• **Your instructions**
When you reach the line containing "line L0 (-3.873, -7) -> (3.873, -7)" in the entries below, begin reproducing lines exactly, and stop once the line containing "line L0 (148, 0) -> (22, 0)" is done.

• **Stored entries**

· · ·

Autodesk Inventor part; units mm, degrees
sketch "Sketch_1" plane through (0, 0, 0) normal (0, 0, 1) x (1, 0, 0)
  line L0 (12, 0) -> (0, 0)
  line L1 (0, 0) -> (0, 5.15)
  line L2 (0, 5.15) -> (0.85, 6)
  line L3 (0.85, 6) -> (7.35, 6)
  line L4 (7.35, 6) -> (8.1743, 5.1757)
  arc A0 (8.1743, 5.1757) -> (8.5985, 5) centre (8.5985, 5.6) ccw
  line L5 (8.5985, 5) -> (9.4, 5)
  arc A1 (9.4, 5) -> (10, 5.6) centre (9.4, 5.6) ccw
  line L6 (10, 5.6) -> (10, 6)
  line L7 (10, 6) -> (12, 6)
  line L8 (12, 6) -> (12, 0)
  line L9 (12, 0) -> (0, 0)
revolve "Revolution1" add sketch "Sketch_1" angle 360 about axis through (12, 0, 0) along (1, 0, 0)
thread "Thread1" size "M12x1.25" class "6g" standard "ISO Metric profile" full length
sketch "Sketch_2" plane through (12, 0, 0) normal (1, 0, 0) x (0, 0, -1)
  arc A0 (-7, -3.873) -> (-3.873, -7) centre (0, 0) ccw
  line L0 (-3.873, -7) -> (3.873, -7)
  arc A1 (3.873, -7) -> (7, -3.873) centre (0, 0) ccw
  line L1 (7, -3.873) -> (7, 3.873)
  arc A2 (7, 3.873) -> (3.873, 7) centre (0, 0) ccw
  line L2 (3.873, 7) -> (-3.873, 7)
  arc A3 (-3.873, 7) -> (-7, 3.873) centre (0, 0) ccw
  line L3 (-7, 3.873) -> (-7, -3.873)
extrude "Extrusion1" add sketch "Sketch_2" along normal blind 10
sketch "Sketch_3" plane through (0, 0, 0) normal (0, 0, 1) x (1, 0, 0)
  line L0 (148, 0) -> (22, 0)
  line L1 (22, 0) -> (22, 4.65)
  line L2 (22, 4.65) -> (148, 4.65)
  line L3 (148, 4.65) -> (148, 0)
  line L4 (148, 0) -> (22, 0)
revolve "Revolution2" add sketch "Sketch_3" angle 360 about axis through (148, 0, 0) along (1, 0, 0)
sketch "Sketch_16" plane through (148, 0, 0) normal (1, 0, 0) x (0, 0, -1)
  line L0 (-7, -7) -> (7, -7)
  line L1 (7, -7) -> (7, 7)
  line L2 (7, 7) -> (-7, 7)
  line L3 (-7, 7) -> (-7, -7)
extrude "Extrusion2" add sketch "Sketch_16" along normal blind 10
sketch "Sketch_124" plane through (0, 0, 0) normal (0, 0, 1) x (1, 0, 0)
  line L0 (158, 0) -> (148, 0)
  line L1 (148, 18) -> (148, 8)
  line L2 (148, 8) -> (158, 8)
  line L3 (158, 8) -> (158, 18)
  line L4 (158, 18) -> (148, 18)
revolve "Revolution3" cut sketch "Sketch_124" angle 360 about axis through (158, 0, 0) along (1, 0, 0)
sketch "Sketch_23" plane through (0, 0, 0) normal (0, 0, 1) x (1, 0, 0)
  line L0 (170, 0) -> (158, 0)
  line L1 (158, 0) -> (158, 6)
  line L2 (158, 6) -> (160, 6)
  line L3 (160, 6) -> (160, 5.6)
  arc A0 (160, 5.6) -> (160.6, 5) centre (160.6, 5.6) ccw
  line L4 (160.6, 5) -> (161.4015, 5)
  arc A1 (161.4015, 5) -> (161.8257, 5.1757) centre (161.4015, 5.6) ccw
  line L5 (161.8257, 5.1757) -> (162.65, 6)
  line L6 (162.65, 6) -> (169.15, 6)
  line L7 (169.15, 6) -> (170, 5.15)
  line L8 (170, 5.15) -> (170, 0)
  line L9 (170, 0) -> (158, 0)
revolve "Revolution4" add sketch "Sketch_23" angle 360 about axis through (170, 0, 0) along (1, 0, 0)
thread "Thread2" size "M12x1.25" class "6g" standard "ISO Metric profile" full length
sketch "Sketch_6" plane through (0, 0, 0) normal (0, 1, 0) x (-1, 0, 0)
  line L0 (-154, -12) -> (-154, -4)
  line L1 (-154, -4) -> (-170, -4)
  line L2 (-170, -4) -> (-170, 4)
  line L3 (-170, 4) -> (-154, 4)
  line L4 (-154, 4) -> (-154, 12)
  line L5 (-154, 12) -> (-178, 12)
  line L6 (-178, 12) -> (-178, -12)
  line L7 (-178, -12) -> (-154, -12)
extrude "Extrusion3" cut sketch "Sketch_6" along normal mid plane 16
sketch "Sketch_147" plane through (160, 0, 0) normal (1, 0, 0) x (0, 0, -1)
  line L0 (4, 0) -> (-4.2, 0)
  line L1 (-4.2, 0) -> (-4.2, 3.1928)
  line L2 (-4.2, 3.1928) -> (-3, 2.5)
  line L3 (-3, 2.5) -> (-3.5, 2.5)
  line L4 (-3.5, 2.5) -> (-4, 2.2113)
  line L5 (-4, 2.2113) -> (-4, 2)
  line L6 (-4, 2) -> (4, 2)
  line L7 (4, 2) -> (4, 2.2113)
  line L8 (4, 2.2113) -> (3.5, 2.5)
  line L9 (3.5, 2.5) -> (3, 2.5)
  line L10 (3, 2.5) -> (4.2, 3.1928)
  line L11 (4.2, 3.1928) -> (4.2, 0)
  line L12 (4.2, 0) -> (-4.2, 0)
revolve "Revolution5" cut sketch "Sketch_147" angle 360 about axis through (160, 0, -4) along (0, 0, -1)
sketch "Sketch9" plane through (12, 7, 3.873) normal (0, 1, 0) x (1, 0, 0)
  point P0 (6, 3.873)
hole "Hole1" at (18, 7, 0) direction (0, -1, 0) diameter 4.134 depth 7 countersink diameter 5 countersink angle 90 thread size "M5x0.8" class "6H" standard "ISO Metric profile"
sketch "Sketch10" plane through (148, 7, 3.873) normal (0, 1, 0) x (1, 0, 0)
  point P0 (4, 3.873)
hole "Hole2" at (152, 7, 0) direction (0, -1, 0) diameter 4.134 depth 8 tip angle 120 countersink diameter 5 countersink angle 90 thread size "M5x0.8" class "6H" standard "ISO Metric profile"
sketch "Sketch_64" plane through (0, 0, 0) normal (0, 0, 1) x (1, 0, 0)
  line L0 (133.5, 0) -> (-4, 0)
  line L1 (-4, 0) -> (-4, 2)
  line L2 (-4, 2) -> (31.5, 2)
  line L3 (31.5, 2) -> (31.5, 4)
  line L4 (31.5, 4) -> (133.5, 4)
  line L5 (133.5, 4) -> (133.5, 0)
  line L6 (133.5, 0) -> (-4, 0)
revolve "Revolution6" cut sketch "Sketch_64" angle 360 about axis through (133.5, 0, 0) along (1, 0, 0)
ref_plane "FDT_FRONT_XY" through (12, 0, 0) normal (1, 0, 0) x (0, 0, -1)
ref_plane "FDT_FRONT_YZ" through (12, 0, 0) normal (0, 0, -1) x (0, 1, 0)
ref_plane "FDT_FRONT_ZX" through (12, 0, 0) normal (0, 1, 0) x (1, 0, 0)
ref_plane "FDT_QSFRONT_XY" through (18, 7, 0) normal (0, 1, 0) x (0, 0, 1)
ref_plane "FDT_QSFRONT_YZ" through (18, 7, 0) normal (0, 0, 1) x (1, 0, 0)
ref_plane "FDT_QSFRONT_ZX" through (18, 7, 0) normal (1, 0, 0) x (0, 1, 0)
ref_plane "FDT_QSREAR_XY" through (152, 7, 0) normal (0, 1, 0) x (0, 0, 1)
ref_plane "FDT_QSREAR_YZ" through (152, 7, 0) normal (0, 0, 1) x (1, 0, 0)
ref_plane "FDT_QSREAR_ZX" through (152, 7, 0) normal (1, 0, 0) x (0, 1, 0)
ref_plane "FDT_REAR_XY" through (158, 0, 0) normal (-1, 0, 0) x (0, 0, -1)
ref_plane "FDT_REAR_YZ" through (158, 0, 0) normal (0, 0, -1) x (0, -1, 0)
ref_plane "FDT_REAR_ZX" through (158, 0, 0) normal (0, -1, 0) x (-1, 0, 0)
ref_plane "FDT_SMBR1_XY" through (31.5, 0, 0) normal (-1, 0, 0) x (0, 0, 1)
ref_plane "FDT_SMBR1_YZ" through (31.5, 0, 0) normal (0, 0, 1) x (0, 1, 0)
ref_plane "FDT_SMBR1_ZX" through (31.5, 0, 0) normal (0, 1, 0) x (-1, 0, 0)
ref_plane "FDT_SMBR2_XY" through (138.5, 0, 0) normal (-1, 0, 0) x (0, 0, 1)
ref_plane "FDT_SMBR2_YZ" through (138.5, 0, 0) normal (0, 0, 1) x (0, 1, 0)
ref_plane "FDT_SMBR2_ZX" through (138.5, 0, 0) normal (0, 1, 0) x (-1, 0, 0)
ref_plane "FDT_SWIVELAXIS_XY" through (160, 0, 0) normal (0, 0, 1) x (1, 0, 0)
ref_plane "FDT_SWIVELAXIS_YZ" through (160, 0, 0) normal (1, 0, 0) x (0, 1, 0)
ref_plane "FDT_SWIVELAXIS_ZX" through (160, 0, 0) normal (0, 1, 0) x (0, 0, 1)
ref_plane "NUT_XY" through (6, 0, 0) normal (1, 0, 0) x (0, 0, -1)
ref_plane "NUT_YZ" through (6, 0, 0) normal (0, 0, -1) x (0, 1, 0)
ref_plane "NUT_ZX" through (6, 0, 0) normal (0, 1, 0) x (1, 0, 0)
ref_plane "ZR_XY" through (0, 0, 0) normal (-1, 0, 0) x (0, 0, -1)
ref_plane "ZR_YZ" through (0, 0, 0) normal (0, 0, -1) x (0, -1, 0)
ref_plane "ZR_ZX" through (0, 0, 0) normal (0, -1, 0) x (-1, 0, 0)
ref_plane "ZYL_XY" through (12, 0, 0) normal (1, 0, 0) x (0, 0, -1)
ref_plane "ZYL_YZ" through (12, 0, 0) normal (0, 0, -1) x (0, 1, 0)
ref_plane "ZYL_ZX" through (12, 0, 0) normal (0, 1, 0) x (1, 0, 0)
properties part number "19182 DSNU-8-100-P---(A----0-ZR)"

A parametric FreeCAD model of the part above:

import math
import FreeCAD as App
import Part
import Sketcher

V = App.Vector
Q = App.Units.Quantity

doc = App.newDocument("Part")
body = doc.addObject("PartDesign::Body", "Body")

# Sketch on XY plane
sketch1 = body.newObject("Sketcher::SketchObject", "Sketch")
sketch1.AttachmentSupport = (doc.getObject("XY_Plane"), [""])
sketch1.MapMode = "FlatFace"
sketch1.addGeometry([
    Part.LineSegment(V(0, 0, 0), V(12, 0, 0)),  # 0
    Part.LineSegment(V(12, 0, 0), V(12, 6, 0)),  # 1
    Part.LineSegment(V(12, 6, 0), V(10, 6, 0)),  # 2
    Part.LineSegment(V(10, 6, 0), V(10, 5.6, 0)),  # 3
    Part.ArcOfCircle(Part.Circle(V(9.4, 5.6, 0), V(0, 0, 1), 0.6), math.radians(-90), math.radians(0)),  # 4
    Part.LineSegment(V(9.4, 5, 0), V(8.6, 5, 0)),  # 5
    Part.ArcOfCircle(Part.Circle(V(8.6, 5.6, 0), V(0, 0, 1), 0.6), math.radians(-135), math.radians(-90)),  # 6
    Part.LineSegment(V(8.17, 5.18, 0), V(7.35, 6, 0)),  # 7
    Part.LineSegment(V(7.35, 6, 0), V(0.85, 6, 0)),  # 8
    Part.LineSegment(V(0.85, 6, 0), V(0, 5.15, 0)),  # 9
    Part.LineSegment(V(0, 5.15, 0), V(0, 0, 0)),  # 10
], False)
sketch1.addConstraint([
    Sketcher.Constraint("Coincident", 0, 2, 1, 1),
    Sketcher.Constraint("Coincident", 1, 2, 2, 1),
    Sketcher.Constraint("Coincident", 2, 2, 3, 1),
    Sketcher.Constraint("Tangent", 3, 2, 4, 2),
    Sketcher.Constraint("Tangent", 4, 1, 5, 1),
    Sketcher.Constraint("Tangent", 5, 2, 6, 2),
    Sketcher.Constraint("Tangent", 6, 1, 7, 1),
    Sketcher.Constraint("Coincident", 7, 2, 8, 1),
    Sketcher.Constraint("Coincident", 8, 2, 9, 1),
    Sketcher.Constraint("Coincident", 9, 2, 10, 1),
    Sketcher.Constraint("Coincident", 10, 2, 0, 1),
    Sketcher.Constraint("Horizontal", 0),
    Sketcher.Constraint("Vertical", 1),
    Sketcher.Constraint("Horizontal", 2),
    Sketcher.Constraint("Vertical", 3),
    Sketcher.Constraint("Horizontal", 5),
    Sketcher.Constraint("Horizontal", 8),
    Sketcher.Constraint("Vertical", 10),
    Sketcher.Constraint("Coincident", 10, 2, -1, 1),
    Sketcher.Constraint("Equal", 4, 6),
    Sketcher.Constraint("Perpendicular", 7, 9),
    Sketcher.Constraint("Horizontal", 2, 2, 7, 2),
    Sketcher.Constraint("Radius", 4, Q("0.6 mm")),
    Sketcher.Constraint("DistanceX", 0, 1, 0, 2, Q("12 mm")),
    Sketcher.Constraint("DistanceX", 2, 2, 2, 1, Q("2 mm")),
    Sketcher.Constraint("DistanceY", 1, 1, 1, 2, Q("6 mm")),
    Sketcher.Constraint("Angle", 7, Q("135 deg")),
    Sketcher.Constraint("DistanceX", 8, 2, 8, 1, Q("6.5 mm")),
    Sketcher.Constraint("DistanceY", 3, 2, 3, 1, Q("0.4 mm")),
    Sketcher.Constraint("DistanceY", 10, 2, 10, 1, Q("5.15 mm")),
])
revolution = body.newObject("PartDesign::Revolution", "Revolution")
revolution.Profile = sketch1
revolution.ReferenceAxis = (sketch1, ["H_Axis"])
revolution.Angle = 360

# Sketch on YZ plane
sketch2 = body.newObject("Sketcher::SketchObject", "Sketch001")
sketch2.AttachmentSupport = (doc.getObject("YZ_Plane"), [""])
sketch2.MapMode = "FlatFace"
sketch2.AttachmentOffset = App.Placement(V(0, 0, 12), App.Rotation())
sketch2.addGeometry([
    Part.LineSegment(V(3.9, 7, 0), V(-3.9, 7, 0)),  # 0
    Part.ArcOfCircle(Part.Circle(V(0, 0, 0), V(0, 0, 1), 8), math.radians(119), math.radians(151)),  # 1
    Part.LineSegment(V(-7, 3.9, 0), V(-7, -3.9, 0)),  # 2
    Part.ArcOfCircle(Part.Circle(V(0, 0, 0), V(0, 0, 1), 8), math.radians(-151), math.radians(-119)),  # 3
    Part.LineSegment(V(-3.9, -7, 0), V(3.9, -7, 0)),  # 4
    Part.ArcOfCircle(Part.Circle(V(0, 0, 0), V(0, 0, 1), 8), math.radians(-61), math.radians(-29)),  # 5
    Part.LineSegment(V(7, -3.9, 0), V(7, 3.9, 0)),  # 6
    Part.ArcOfCircle(Part.Circle(V(0, 0, 0), V(0, 0, 1), 8), math.radians(29), math.radians(61)),  # 7
], False)
sketch2.addConstraint([
    Sketcher.Constraint("Coincident", 0, 2, 1, 1),
    Sketcher.Constraint("Coincident", 1, 2, 2, 1),
    Sketcher.Constraint("Coincident", 2, 2, 3, 1),
    Sketcher.Constraint("Coincident", 3, 2, 4, 1),
    Sketcher.Constraint("Coincident", 4, 2, 5, 1),
    Sketcher.Constraint("Coincident", 5, 2, 6, 1),
    Sketcher.Constraint("Coincident", 6, 2, 7, 1),
    Sketcher.Constraint("Coincident", 7, 2, 0, 1),
    Sketcher.Constraint("Horizontal", 0),
    Sketcher.Constraint("Vertical", 2),
    Sketcher.Constraint("Horizontal", 4),
    Sketcher.Constraint("Vertical", 6),
    Sketcher.Constraint("Coincident", 1, 3, -1, 1),
    Sketcher.Constraint("Coincident", 3, 3, -1, 1),
    Sketcher.Constraint("Coincident", 5, 3, -1, 1),
    Sketcher.Constraint("Coincident", 7, 3, -1, 1),
    Sketcher.Constraint("Equal", 1, 3),
    Sketcher.Constraint("Equal", 3, 5),
    Sketcher.Constraint("Equal", 5, 7),
    Sketcher.Constraint("Horizontal", 2, 2, 5, 2),
    Sketcher.Constraint("Vertical", 0, 2, 3, 2),
    Sketcher.Constraint("Equal", 4, 2),
    Sketcher.Constraint("Radius", 1, Q("8 mm")),
    Sketcher.Constraint("DistanceY", -1, 1, 0, 2, Q("7 mm")),
])
pad1 = body.newObject("PartDesign::Pad", "Pad")
pad1.Profile = sketch2
pad1.Length = 10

· · ·

• **Task response**
  line L0 (-3.873, -7) -> (3.873, -7)
  arc A1 (3.873, -7) -> (7, -3.873) centre (0, 0) ccw
  line L1 (7, -3.873) -> (7, 3.873)
  arc A2 (7, 3.873) -> (3.873, 7) centre (0, 0) ccw
  line L2 (3.873, 7) -> (-3.873, 7)
  arc A3 (-3.873, 7) -> (-7, 3.873) centre (0, 0) ccw
  line L3 (-7, 3.873) -> (-7, -3.873)
extrude "Extrusion1" add sketch "Sketch_2" along normal blind 10
sketch "Sketch_3" plane through (0, 0, 0) normal (0, 0, 1) x (1, 0, 0)
  line L0 (148, 0) -> (22, 0)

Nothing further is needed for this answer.